─── Material for this exercise

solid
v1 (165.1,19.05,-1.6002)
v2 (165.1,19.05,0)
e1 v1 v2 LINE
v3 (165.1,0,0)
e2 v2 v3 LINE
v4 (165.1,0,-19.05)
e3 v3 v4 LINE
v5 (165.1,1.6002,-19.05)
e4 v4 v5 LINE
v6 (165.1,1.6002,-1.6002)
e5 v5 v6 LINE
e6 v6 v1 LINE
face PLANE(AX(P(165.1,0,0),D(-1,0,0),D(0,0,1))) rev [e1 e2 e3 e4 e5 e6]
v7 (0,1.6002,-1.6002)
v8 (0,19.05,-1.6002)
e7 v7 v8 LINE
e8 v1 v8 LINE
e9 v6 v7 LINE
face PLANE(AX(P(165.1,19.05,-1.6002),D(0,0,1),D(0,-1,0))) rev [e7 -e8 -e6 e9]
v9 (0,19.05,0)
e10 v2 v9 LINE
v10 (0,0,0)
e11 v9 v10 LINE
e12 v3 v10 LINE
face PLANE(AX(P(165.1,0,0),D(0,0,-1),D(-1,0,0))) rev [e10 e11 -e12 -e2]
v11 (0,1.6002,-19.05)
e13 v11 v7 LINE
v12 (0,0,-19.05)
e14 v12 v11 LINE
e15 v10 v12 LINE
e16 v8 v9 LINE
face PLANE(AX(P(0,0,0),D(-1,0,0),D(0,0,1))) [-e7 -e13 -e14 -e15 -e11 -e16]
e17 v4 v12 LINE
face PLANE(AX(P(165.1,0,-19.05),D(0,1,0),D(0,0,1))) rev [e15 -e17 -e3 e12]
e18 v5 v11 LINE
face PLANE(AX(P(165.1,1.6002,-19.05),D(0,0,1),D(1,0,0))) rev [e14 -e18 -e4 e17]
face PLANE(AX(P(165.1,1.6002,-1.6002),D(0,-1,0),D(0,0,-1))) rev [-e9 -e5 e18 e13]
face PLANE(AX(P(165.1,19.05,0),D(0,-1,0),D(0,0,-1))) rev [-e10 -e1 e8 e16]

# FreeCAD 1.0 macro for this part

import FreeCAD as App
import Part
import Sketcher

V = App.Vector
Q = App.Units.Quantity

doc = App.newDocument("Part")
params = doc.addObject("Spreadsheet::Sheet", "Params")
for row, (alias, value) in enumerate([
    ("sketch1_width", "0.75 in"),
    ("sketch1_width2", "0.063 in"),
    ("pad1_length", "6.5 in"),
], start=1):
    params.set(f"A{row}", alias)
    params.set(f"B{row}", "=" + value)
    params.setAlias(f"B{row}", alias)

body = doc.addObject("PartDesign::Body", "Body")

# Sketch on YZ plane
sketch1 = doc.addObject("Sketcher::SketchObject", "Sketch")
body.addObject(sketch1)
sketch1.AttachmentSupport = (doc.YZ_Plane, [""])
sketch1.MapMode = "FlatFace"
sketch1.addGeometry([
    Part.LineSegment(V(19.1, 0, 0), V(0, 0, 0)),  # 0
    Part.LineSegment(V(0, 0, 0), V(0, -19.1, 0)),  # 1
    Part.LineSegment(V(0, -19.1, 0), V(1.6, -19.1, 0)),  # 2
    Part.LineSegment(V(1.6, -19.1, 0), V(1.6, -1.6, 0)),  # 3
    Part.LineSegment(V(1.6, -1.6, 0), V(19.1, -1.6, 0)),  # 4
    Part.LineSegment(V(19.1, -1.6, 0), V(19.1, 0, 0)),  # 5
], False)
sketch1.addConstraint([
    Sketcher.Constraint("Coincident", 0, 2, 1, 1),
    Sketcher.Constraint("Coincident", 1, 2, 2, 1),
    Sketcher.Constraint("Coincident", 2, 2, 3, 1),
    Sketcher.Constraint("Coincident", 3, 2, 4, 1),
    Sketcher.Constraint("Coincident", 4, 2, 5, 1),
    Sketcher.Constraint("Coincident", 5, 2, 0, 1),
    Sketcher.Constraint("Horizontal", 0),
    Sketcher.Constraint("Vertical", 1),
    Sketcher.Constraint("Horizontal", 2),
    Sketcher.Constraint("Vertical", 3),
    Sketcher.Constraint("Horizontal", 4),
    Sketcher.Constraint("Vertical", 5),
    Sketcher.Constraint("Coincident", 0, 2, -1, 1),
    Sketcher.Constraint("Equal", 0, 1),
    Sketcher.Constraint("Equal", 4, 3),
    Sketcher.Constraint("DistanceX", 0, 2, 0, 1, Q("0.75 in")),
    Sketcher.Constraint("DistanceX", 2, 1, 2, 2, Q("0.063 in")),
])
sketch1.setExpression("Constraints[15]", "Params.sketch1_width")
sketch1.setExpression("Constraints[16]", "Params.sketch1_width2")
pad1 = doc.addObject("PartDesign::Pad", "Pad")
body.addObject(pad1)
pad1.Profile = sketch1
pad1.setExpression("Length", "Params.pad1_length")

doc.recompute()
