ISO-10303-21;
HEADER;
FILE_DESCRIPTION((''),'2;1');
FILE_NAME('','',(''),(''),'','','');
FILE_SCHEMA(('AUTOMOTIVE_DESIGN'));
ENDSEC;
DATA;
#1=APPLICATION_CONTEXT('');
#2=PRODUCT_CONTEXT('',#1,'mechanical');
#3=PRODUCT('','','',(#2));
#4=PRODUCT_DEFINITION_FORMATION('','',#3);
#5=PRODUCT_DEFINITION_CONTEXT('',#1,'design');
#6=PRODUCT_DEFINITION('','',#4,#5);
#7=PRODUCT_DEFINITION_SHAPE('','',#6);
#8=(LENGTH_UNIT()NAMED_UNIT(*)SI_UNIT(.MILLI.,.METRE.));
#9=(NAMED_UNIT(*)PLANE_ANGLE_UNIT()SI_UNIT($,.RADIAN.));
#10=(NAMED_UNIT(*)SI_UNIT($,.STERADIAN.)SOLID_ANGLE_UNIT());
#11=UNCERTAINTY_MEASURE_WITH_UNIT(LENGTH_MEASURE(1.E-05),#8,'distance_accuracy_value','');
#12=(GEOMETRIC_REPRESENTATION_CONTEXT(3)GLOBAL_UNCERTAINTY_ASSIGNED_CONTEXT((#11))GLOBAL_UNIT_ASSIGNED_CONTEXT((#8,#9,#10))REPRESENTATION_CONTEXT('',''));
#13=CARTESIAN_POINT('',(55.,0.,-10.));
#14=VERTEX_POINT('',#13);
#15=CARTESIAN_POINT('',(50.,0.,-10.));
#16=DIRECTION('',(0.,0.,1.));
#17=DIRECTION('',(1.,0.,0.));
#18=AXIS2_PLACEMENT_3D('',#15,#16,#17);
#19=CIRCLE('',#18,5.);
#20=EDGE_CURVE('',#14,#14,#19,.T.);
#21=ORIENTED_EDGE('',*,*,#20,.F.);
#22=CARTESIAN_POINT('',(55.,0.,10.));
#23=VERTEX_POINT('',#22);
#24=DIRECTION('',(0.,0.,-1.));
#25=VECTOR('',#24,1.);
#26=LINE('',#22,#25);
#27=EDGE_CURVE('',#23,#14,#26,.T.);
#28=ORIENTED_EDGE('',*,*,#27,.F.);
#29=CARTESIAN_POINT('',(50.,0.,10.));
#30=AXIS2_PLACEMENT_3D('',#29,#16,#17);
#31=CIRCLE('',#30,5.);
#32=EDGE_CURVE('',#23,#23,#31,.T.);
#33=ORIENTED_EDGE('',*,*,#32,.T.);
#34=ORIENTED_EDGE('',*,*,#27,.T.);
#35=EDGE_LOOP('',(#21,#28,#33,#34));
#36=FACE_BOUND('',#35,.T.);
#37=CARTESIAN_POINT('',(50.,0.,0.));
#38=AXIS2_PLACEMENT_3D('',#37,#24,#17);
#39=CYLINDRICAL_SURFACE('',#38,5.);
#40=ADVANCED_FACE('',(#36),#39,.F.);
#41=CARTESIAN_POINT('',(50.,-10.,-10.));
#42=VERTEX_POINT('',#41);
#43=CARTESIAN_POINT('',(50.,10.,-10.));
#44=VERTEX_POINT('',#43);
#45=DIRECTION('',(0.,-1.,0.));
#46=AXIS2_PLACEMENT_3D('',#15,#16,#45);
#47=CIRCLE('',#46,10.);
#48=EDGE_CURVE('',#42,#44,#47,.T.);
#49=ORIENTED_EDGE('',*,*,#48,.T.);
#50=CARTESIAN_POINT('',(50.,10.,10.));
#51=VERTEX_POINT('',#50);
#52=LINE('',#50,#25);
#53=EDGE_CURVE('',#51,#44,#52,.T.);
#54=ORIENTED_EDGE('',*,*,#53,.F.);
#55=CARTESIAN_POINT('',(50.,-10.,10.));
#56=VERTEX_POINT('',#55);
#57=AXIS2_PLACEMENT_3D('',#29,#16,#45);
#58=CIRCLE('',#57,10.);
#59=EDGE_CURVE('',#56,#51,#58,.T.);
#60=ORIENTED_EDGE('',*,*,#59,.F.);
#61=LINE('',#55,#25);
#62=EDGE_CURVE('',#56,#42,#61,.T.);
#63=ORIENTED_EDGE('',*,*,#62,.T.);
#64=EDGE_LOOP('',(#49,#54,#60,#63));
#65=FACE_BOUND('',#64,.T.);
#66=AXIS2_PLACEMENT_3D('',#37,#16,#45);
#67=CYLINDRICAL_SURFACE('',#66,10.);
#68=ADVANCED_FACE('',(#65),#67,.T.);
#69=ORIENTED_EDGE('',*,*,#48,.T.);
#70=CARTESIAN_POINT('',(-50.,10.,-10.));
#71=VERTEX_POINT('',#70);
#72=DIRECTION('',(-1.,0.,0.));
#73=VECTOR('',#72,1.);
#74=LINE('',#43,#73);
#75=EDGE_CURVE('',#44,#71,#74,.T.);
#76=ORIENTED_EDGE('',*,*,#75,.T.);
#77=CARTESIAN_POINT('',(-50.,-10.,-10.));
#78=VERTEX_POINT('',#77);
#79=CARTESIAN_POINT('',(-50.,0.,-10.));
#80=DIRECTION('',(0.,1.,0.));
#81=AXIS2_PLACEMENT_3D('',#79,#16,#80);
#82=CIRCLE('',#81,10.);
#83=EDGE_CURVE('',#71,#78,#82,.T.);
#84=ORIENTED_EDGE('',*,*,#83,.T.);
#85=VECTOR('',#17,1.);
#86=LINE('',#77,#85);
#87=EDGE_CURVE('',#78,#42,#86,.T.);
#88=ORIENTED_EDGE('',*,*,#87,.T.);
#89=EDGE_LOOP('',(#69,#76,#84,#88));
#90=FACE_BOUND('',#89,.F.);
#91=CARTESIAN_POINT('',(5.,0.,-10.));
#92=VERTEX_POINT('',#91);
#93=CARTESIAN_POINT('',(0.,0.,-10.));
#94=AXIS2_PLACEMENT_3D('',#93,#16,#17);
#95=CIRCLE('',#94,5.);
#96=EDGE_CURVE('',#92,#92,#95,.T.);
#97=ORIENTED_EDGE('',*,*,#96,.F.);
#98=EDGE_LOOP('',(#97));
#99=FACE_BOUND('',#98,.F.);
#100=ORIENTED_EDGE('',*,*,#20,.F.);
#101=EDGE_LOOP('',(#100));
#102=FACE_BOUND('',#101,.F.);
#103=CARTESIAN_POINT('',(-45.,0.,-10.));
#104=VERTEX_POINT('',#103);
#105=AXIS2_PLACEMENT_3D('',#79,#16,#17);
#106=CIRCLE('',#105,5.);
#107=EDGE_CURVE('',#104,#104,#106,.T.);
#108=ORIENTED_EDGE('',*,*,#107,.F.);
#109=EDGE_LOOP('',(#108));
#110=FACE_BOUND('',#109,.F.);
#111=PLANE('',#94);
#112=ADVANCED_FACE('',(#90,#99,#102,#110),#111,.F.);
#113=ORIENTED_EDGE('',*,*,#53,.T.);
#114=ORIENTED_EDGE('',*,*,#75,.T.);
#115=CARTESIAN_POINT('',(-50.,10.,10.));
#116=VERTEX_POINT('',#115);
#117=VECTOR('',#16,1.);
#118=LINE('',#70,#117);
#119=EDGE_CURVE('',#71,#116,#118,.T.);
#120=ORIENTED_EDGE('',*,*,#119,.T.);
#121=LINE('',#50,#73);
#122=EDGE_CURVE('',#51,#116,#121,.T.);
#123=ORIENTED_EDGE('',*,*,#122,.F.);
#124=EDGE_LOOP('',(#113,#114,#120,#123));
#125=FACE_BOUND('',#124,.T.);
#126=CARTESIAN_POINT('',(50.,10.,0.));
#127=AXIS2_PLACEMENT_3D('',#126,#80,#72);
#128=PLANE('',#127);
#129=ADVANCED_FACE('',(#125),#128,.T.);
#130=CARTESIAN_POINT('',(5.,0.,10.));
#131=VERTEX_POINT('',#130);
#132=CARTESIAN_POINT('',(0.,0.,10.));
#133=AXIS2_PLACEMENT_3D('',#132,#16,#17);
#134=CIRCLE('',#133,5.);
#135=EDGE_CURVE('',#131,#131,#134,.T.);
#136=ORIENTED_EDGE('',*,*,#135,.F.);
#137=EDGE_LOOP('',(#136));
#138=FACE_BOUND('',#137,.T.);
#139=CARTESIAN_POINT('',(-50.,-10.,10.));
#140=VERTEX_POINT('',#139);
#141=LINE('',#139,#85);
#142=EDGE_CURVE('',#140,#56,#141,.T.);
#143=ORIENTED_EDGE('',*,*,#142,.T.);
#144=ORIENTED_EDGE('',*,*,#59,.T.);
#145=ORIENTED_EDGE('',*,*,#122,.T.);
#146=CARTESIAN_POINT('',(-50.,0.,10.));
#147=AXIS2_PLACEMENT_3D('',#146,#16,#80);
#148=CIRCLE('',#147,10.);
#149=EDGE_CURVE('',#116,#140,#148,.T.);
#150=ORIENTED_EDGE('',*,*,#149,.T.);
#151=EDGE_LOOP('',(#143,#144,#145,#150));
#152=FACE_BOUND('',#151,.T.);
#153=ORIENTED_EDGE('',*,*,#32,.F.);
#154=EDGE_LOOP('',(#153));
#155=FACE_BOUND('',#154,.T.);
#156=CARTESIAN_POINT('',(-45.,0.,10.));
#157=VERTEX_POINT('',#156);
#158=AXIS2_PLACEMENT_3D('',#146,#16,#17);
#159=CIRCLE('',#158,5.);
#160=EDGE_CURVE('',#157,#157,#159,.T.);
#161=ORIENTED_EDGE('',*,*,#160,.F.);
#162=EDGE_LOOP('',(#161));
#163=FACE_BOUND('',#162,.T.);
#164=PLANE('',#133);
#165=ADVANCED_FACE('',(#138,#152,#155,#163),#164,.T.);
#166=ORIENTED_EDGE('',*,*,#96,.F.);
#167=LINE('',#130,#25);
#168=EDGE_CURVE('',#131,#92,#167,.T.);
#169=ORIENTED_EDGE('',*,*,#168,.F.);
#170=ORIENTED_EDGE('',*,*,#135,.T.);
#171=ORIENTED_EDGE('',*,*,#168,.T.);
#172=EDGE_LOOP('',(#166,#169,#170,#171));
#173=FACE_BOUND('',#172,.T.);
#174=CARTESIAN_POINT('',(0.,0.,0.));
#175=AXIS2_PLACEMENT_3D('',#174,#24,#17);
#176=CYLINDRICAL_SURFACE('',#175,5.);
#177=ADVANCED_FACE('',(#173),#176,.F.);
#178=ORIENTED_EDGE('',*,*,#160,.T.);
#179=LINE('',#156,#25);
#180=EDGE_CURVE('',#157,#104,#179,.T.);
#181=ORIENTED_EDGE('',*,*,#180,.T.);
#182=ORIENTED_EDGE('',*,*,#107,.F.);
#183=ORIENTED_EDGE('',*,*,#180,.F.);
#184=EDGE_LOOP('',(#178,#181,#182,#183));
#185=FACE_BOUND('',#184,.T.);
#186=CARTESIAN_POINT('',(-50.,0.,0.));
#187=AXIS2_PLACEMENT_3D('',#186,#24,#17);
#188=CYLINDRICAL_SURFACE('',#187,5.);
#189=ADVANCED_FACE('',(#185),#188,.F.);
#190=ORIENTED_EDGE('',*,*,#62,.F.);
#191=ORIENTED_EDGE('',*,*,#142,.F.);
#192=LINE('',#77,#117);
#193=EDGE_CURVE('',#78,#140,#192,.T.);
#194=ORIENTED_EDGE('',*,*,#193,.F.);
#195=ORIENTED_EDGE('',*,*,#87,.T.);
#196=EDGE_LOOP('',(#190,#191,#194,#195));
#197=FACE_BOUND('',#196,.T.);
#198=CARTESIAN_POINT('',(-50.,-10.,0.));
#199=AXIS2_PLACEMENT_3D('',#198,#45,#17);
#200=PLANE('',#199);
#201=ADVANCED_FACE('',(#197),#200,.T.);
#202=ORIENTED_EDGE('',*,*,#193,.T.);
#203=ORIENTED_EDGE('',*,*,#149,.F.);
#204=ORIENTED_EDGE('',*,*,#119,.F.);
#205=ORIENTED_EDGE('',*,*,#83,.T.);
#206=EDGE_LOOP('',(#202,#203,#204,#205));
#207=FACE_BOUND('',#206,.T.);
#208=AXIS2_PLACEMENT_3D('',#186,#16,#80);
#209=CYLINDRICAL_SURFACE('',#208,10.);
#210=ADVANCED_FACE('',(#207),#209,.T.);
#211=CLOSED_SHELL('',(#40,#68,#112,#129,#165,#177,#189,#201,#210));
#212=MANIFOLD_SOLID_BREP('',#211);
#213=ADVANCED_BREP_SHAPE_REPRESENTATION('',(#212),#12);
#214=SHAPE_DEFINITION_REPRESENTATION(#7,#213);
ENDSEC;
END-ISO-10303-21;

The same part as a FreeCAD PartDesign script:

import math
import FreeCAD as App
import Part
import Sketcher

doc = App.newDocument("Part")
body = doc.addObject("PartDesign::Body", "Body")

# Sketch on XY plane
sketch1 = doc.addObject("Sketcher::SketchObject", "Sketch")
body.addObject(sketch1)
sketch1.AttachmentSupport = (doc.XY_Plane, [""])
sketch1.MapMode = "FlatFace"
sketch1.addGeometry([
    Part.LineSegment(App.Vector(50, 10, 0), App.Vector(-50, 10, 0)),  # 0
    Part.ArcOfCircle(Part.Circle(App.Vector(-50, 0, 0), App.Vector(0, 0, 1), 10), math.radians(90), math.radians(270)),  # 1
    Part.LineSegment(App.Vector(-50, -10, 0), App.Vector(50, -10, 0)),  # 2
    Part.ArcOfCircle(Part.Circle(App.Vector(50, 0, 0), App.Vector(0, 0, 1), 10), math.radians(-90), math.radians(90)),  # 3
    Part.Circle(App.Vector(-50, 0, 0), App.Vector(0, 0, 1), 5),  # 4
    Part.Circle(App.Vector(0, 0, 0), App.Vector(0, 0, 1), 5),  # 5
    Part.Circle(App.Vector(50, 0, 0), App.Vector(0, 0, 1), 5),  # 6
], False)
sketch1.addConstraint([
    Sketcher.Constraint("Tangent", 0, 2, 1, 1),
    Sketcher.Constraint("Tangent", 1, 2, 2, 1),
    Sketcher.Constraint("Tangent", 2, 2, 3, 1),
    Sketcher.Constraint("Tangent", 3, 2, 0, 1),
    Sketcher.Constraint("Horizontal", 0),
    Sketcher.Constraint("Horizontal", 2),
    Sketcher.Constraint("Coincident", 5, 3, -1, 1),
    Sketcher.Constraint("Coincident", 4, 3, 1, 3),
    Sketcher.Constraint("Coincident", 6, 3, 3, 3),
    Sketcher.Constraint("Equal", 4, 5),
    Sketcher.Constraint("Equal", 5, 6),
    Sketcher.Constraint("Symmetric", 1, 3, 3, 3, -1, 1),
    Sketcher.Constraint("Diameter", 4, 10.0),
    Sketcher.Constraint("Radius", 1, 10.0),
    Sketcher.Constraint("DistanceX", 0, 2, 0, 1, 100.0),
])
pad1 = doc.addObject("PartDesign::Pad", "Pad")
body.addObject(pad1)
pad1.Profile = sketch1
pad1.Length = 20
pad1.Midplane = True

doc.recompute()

──────

Task directions: Send back exactly the lines of the listing above starting at the one with "#23=VERTEX_POINT('',#22);" and ending at the one with "#54=ORIENTED_EDGE('',*,*,#53,.F.);", inclusive, and no others.

Task output:
#23=VERTEX_POINT('',#22);
#24=DIRECTION('',(0.,0.,-1.));
#25=VECTOR('',#24,1.);
#26=LINE('',#22,#25);
#27=EDGE_CURVE('',#23,#14,#26,.T.);
#28=ORIENTED_EDGE('',*,*,#27,.F.);
#29=CARTESIAN_POINT('',(50.,0.,10.));
#30=AXIS2_PLACEMENT_3D('',#29,#16,#17);
#31=CIRCLE('',#30,5.);
#32=EDGE_CURVE('',#23,#23,#31,.T.);
#33=ORIENTED_EDGE('',*,*,#32,.T.);
#34=ORIENTED_EDGE('',*,*,#27,.T.);
#35=EDGE_LOOP('',(#21,#28,#33,#34));
#36=FACE_BOUND('',#35,.T.);
#37=CARTESIAN_POINT('',(50.,0.,0.));
#38=AXIS2_PLACEMENT_3D('',#37,#24,#17);
#39=CYLINDRICAL_SURFACE('',#38,5.);
#40=ADVANCED_FACE('',(#36),#39,.F.);
#41=CARTESIAN_POINT('',(50.,-10.,-10.));
#42=VERTEX_POINT('',#41);
#43=CARTESIAN_POINT('',(50.,10.,-10.));
#44=VERTEX_POINT('',#43);
#45=DIRECTION('',(0.,-1.,0.));
#46=AXIS2_PLACEMENT_3D('',#15,#16,#45);
#47=CIRCLE('',#46,10.);
#48=EDGE_CURVE('',#42,#44,#47,.T.);
#49=ORIENTED_EDGE('',*,*,#48,.T.);
#50=CARTESIAN_POINT('',(50.,10.,10.));
#51=VERTEX_POINT('',#50);
#52=LINE('',#50,#25);
#53=EDGE_CURVE('',#51,#44,#52,.T.);
#54=ORIENTED_EDGE('',*,*,#53,.F.);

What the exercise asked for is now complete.